PFAS are found at low levels throughout our environment—in foods we consume and in household products we use daily. PFAS in drinking water at levels higher than the EPA’s recommendations does not necessarily mean health risks are likely. Routine showering and bathing are not considered significant sources of exposure. And, while it is nearly impossible to eliminate all exposure to these chemicals, the risk for adverse health effects would likely be of concern if an individual continuously consumed higher levels of PFAS than the guidelines established by the EPA’s Health Advisory.

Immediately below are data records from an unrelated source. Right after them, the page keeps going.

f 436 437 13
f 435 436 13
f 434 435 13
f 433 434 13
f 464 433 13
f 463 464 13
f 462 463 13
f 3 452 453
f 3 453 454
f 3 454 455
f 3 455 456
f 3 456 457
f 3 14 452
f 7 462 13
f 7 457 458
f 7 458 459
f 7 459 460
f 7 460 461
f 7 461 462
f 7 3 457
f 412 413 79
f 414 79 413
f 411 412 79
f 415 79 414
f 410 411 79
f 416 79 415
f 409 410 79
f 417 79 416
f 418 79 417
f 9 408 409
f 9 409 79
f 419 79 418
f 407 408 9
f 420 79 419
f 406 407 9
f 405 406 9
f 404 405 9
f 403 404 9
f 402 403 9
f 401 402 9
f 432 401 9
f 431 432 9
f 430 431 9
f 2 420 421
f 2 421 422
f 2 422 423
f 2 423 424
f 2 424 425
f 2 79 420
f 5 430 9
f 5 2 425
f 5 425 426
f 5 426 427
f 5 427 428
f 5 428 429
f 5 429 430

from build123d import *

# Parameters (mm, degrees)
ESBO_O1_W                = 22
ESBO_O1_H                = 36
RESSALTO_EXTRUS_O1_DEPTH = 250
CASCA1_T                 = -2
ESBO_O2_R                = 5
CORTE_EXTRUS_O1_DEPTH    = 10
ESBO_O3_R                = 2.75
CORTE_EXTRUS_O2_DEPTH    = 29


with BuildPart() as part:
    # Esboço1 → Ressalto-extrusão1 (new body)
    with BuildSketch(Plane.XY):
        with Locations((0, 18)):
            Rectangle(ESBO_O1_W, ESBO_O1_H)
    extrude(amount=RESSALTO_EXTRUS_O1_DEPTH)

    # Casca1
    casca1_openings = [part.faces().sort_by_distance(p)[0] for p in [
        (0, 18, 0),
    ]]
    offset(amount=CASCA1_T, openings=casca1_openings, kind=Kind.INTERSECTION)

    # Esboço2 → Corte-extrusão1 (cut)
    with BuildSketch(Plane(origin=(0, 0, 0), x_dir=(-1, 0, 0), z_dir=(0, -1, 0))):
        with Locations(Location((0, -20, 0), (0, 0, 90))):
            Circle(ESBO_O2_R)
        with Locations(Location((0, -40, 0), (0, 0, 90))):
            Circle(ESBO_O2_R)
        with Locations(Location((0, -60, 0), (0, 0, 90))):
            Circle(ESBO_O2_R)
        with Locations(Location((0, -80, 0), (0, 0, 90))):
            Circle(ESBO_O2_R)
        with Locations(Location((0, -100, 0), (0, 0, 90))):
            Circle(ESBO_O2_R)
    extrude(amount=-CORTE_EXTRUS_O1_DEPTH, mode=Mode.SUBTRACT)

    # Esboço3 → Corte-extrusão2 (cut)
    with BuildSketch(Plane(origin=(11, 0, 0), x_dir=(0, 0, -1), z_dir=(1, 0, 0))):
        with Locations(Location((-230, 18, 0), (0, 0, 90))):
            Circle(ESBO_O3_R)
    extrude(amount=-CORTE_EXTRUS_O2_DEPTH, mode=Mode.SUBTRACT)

MassDEP is continuing its research and testing for PFAS in Public Water Systems.  Large Public Drinking Water Systems have already been tested and sampling indicated that approximately 3% had levels of PFAS detected. MassDEP is currently working with smaller Public Water Systems to identify areas where PFAS may have been used or discharged to the environment.

As more information and regulations develop on this emerging contaminant, MassDEP will continue to communicate their findings. Tata & Howard is also available for any questions that may arise, as well as, assist with testing and recommend treatment options for our clients.

 

1 In 2006, the EPA and the PFA industry formed the PFOA Stewardship program to end the production of PFAs.

2 MassDEP in partnership with the Massachusetts Department of Fire Services (MassDFS), announced in May a take-back program to remove hazardous pre-2003 firefighting foam stockpiles and be neutralized. Manufacturers stopped making PFAS foam in 2002 and have since developed fluorine-free and more fluorine stable foams that are safer to the environment.